_Exercise brief_. Search the records for the string "extrude". Copy each line where it occurs.

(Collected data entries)
Segment Open

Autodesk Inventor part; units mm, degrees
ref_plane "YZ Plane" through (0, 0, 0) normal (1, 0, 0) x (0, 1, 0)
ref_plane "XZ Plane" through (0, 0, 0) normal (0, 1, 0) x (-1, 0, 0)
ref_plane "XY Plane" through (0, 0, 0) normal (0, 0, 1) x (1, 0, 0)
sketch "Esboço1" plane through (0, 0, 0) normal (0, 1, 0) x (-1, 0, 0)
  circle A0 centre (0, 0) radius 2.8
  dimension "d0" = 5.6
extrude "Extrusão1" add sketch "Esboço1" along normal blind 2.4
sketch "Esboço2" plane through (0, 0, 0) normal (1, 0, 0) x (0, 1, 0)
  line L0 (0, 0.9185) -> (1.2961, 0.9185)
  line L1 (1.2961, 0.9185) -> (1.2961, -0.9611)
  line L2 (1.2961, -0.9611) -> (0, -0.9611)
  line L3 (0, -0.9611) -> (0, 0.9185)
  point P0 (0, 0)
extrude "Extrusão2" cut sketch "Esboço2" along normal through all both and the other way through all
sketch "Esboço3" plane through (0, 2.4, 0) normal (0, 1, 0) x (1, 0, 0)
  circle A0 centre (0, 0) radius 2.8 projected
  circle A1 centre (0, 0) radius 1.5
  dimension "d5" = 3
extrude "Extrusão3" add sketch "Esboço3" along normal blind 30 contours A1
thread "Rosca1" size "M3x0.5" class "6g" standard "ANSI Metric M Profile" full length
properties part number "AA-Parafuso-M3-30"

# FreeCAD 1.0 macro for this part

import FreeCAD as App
import Part
import Sketcher
from FreeCAD import Vector
Q = App.Units.Quantity

doc = App.newDocument("Part")
params = doc.addObject("Spreadsheet::Sheet", "Params")
for row, (alias, value) in enumerate([
    ("sketch1_diameter", "5.6 mm"),
    ("pad1_length", "2.4 mm"),
    ("sketch3_diameter", "3 mm"),
    ("pad2_length", "30 mm"),
], start=1):
    params.set(f"A{row}", alias)
    params.set(f"B{row}", "=" + value)
    params.setAlias(f"B{row}", alias)

body = doc.addObject("PartDesign::Body", "Body")

# Sketch on XZ plane
sketch1 = body.newObject("Sketcher::SketchObject", "Sketch")
sketch1.AttachmentSupport = (doc.getObject("XZ_Plane"), [""])
sketch1.MapMode = "FlatFace"
sketch1.addGeometry(Part.Circle(Vector(0, 0, 0), Vector(0, 0, 1), 2.8), False)
sketch1.addConstraint([
    Sketcher.Constraint("Coincident", 0, 3, -1, 1),
    Sketcher.Constraint("Diameter", 0, Q("5.6 mm")),
])
sketch1.setExpression("Constraints[1]", "Params.sketch1_diameter")
pad1 = body.newObject("PartDesign::Pad", "Pad")
pad1.Profile = sketch1
pad1.setExpression("Length", "Params.pad1_length")
pad1.Reversed = True

# Sketch on YZ plane
sketch2 = body.newObject("Sketcher::SketchObject", "Sketch001")
sketch2.AttachmentSupport = (doc.getObject("YZ_Plane"), [""])
sketch2.MapMode = "FlatFace"
sketch2.addGeometry([
    Part.LineSegment(Vector(1.2961, 0.9185, 0), Vector(0, 0.9185, 0)),
    Part.LineSegment(Vector(0, 0.9185, 0), Vector(0, -0.9611, 0)),
    Part.LineSegment(Vector(0, -0.9611, 0), Vector(1.2961, -0.9611, 0)),
    Part.LineSegment(Vector(1.2961, -0.9611, 0), Vector(1.2961, 0.9185, 0)),
], False)
sketch2.addConstraint([
    Sketcher.Constraint("Coincident", 0, 2, 1, 1),
    Sketcher.Constraint("Coincident", 1, 2, 2, 1),
    Sketcher.Constraint("Coincident", 2, 2, 3, 1),
    Sketcher.Constraint("Coincident", 3, 2, 0, 1),
    Sketcher.Constraint("Horizontal", 0),
    Sketcher.Constraint("Vertical", 1),
    Sketcher.Constraint("Horizontal", 2),
    Sketcher.Constraint("Vertical", 3),
    Sketcher.Constraint("PointOnObject", 0, 2, -2),
    Sketcher.Constraint("DistanceX", 0, 2, 0, 1, Q("1.296 mm")),
    Sketcher.Constraint("DistanceY", 1, 2, 1, 1, Q("1.8796 mm")),
    Sketcher.Constraint("DistanceY", 1, 2, -1, 1, Q("0.961 mm")),
])
pocket1 = body.newObject("PartDesign::Pocket", "Pocket")
pocket1.Profile = sketch2
pocket1.Type = "ThroughAll"
pocket1.Midplane = True

# Sketch on XZ plane
sketch3 = body.newObject("Sketcher::SketchObject", "Sketch002")
sketch3.AttachmentSupport = (doc.getObject("XZ_Plane"), [""])
sketch3.MapMode = "FlatFace"
sketch3.AttachmentOffset = App.Placement(Vector(0, 0, -2.4), App.Rotation())
sketch3.addGeometry(Part.Circle(Vector(0, 0, 0), Vector(0, 0, 1), 1.5), False)
sketch3.addConstraint([
    Sketcher.Constraint("Coincident", 0, 3, -1, 1),
    Sketcher.Constraint("Diameter", 0, Q("3 mm")),
])
sketch3.setExpression("Constraints[1]", "Params.sketch3_diameter")
pad2 = body.newObject("PartDesign::Pad", "Pad001")
pad2.Profile = sketch3
pad2.setExpression("Length", "Params.pad2_length")
pad2.Reversed = True

doc.recompute()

Segment Closed

_Solution for this exercise_.
extrude "Extrusão1" add sketch "Esboço1" along normal blind 2.4
extrude "Extrusão2" cut sketch "Esboço2" along normal through all both and the other way through all
extrude "Extrusão3" add sketch "Esboço3" along normal blind 30 contours A1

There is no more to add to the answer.